## EXERCISE PROMPT
Go through the records line by line. Report how many lines contain "addConstraint", with nothing else.

## GIVEN INFORMATION
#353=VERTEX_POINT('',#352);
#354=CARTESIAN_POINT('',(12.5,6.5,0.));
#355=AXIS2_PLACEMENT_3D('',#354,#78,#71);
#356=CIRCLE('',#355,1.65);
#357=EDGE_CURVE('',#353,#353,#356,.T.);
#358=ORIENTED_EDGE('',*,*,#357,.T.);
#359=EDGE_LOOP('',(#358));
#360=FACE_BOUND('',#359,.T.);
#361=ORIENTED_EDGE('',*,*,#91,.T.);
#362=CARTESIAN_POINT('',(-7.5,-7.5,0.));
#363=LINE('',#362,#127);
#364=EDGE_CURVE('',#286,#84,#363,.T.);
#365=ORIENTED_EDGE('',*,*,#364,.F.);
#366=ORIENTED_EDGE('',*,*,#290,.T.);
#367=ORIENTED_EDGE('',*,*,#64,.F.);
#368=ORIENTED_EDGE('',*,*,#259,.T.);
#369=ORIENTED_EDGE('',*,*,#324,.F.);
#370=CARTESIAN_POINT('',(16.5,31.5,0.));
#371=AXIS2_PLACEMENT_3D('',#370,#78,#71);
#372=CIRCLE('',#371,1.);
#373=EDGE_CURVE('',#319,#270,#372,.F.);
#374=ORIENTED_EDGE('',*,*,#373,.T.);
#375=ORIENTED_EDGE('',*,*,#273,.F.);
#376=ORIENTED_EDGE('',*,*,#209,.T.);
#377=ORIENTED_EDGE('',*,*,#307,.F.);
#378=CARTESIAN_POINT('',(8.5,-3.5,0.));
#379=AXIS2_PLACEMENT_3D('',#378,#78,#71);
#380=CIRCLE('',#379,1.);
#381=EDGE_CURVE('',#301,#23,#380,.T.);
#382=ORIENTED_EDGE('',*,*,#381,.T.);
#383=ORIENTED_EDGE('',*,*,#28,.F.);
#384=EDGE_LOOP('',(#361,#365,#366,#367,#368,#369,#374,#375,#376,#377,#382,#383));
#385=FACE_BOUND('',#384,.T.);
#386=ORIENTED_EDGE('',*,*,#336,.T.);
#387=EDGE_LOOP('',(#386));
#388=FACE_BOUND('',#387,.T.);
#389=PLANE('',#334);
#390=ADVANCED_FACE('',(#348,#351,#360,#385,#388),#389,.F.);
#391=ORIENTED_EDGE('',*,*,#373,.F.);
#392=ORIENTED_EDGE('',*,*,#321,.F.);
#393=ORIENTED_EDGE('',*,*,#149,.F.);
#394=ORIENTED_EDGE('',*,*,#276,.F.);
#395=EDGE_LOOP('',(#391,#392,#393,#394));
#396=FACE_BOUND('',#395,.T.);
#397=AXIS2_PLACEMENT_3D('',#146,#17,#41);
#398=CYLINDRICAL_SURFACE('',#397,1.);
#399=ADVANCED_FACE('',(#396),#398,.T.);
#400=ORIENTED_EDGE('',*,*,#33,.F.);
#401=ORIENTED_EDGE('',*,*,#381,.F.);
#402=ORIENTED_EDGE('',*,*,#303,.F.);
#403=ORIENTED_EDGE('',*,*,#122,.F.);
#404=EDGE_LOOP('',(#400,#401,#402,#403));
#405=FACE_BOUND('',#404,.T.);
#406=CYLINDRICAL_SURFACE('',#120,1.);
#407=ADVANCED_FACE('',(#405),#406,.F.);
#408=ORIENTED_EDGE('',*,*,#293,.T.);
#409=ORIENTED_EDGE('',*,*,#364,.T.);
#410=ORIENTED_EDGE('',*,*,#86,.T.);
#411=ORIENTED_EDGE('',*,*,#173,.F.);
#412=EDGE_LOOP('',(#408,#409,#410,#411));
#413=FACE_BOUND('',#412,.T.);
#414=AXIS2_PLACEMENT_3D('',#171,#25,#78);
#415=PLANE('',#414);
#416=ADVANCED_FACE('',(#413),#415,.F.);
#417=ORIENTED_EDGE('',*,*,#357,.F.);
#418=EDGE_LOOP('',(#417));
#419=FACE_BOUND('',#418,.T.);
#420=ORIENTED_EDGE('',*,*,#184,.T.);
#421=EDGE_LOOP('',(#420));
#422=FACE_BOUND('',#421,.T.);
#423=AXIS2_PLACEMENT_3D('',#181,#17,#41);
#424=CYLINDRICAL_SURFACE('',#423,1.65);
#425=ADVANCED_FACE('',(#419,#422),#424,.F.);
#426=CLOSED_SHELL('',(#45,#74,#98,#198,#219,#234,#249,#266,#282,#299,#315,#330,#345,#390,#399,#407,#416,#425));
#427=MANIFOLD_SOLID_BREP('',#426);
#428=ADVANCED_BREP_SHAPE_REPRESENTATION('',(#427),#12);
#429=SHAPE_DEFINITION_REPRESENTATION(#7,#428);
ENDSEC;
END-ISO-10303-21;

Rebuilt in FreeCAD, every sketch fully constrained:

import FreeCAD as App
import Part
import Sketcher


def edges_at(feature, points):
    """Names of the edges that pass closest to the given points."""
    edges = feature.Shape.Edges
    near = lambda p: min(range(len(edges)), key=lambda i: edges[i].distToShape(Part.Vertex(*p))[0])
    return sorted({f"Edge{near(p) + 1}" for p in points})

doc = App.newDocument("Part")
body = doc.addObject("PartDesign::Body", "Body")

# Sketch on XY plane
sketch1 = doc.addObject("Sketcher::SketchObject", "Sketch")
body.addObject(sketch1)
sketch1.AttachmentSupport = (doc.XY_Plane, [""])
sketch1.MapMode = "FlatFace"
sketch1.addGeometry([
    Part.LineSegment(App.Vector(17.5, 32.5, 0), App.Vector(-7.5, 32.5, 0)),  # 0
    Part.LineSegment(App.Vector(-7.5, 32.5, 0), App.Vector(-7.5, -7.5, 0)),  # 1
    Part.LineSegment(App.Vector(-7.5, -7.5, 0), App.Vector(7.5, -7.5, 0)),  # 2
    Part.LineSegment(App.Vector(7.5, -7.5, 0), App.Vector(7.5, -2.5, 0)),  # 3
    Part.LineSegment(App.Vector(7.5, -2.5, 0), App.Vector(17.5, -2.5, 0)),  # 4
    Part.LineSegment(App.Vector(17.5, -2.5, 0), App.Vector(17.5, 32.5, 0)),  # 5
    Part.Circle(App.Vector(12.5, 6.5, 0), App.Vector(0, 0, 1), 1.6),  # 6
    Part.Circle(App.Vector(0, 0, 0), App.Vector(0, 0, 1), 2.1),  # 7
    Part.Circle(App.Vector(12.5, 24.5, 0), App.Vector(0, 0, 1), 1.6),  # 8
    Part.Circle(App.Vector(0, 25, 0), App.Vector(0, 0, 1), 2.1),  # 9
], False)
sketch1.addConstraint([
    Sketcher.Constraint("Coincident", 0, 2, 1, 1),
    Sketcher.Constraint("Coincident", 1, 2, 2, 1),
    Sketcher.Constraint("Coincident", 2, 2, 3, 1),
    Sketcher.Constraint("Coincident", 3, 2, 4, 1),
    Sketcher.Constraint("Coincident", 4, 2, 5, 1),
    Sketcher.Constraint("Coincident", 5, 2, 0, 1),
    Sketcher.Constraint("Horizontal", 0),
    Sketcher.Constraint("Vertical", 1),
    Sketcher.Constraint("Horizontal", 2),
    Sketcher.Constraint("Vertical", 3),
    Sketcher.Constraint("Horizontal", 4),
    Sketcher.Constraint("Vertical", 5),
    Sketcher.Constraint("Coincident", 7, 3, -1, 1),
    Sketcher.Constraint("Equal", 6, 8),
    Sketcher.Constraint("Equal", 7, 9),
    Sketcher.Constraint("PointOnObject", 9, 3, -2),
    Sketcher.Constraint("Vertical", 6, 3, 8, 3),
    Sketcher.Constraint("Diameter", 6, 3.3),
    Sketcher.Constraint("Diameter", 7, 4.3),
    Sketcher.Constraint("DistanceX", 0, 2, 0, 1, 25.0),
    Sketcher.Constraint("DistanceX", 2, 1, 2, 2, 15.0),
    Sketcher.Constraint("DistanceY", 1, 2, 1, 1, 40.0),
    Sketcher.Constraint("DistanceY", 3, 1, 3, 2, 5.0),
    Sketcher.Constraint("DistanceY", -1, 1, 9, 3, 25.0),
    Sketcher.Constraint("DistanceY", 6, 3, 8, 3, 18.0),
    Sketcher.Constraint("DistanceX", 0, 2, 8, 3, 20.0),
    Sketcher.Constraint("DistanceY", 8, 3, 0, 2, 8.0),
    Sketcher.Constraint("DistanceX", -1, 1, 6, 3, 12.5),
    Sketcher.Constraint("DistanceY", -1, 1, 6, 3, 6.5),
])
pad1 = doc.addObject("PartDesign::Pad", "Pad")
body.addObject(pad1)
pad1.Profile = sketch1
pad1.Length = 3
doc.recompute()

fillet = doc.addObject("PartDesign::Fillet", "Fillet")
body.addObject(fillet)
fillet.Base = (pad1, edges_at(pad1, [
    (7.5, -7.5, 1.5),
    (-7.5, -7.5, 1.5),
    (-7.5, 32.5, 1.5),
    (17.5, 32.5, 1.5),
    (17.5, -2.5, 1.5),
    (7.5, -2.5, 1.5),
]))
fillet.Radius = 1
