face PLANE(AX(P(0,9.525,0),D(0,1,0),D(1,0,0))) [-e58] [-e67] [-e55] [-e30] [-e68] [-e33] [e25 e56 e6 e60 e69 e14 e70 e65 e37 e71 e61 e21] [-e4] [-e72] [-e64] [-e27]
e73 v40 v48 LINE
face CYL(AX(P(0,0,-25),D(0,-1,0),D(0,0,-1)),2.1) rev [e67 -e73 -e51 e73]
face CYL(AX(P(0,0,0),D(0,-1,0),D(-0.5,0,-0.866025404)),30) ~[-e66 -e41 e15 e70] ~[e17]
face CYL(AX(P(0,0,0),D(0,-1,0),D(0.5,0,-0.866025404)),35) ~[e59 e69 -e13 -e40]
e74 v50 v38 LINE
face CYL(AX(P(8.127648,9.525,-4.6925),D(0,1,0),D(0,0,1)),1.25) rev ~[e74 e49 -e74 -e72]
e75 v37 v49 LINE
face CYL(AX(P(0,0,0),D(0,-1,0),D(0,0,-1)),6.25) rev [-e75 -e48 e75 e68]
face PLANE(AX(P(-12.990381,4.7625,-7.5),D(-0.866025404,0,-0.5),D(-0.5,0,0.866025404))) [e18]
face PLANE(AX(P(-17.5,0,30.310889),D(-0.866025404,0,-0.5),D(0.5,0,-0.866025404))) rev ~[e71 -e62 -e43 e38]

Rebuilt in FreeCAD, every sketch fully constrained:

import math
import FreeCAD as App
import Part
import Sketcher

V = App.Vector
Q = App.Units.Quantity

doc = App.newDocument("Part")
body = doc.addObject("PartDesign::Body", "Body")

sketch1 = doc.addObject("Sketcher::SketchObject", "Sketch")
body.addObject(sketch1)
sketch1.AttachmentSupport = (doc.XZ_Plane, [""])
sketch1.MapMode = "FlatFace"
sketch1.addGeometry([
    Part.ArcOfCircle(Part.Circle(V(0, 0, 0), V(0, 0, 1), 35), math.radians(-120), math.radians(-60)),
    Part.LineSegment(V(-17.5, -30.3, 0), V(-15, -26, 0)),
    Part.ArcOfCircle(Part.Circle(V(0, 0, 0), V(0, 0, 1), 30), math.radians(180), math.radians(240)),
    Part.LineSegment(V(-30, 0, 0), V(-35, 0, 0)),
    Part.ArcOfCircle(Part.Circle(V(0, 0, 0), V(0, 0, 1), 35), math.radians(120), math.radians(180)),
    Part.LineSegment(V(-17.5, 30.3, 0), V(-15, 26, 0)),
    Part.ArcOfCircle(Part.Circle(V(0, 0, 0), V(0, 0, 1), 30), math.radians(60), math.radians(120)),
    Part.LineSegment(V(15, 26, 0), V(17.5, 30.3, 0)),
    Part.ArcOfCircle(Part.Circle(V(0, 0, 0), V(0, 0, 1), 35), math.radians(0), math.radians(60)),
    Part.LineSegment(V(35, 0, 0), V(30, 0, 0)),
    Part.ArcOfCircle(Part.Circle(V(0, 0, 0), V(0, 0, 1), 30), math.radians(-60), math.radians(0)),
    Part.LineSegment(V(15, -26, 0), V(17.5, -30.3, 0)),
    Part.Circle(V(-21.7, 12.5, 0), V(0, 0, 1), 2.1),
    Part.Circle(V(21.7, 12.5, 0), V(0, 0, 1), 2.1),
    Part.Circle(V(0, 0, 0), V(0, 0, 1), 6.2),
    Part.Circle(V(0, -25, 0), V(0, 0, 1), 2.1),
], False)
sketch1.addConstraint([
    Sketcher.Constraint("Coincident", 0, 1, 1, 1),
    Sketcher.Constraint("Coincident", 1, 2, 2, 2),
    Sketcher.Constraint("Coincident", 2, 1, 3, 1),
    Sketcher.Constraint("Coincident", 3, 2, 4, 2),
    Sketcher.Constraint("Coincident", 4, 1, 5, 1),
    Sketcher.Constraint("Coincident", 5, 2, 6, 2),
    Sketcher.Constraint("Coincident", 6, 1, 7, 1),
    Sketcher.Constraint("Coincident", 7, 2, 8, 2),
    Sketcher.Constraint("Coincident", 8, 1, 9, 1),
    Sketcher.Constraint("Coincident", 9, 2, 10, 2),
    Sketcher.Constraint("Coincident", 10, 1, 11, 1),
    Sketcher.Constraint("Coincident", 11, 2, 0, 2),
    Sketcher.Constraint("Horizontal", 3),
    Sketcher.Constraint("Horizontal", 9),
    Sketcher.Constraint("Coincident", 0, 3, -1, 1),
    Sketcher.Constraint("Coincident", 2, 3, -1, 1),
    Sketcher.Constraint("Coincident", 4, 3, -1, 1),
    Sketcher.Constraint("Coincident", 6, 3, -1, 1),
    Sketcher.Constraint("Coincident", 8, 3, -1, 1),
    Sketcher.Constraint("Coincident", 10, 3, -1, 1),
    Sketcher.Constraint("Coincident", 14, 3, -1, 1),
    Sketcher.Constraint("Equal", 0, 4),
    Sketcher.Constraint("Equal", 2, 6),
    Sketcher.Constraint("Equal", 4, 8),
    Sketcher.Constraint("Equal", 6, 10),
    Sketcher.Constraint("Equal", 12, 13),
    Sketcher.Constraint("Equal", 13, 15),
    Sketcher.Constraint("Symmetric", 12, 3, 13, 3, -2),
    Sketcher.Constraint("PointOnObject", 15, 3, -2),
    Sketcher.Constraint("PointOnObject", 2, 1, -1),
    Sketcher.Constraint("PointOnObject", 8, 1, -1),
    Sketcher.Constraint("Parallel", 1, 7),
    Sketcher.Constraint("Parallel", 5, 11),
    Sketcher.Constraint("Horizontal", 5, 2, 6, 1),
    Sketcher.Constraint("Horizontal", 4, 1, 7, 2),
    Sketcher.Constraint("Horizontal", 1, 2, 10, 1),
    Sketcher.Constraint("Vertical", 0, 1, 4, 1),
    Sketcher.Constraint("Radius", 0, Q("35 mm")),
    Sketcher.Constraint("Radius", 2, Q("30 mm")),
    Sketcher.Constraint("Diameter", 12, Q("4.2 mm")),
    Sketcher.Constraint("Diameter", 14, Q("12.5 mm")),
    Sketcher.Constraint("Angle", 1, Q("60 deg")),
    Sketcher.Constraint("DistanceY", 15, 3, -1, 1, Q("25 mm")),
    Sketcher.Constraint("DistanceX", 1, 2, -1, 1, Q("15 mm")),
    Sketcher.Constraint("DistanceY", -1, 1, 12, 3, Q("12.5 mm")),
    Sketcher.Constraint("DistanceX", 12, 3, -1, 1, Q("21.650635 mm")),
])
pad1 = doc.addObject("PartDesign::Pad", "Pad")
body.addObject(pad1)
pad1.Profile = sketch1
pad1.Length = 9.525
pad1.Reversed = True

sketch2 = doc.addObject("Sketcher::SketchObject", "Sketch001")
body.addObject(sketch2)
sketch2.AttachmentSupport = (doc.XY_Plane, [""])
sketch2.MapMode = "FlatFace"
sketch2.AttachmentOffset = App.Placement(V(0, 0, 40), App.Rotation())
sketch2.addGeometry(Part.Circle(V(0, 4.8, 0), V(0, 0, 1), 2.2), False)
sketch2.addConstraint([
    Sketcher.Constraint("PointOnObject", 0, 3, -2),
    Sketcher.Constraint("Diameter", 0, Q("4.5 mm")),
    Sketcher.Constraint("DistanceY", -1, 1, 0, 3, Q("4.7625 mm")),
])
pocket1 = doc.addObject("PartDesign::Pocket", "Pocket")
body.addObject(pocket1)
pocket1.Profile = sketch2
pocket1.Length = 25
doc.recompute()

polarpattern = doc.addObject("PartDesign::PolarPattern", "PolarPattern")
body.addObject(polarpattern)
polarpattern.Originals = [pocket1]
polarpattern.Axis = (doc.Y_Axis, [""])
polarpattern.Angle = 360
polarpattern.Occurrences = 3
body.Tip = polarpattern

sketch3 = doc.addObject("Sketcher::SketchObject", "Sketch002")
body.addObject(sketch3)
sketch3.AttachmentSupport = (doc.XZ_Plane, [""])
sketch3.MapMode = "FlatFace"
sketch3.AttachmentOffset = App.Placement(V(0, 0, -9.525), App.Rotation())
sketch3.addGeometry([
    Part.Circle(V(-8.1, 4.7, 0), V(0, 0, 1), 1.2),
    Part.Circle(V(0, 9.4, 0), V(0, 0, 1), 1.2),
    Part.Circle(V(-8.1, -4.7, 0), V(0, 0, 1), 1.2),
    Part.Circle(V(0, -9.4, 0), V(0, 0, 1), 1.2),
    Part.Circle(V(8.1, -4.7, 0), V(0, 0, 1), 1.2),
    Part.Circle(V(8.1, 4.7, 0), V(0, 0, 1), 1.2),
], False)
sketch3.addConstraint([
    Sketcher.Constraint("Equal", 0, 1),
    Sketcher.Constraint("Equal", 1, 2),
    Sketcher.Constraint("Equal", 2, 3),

## ANSWER TO THE EXERCISE
4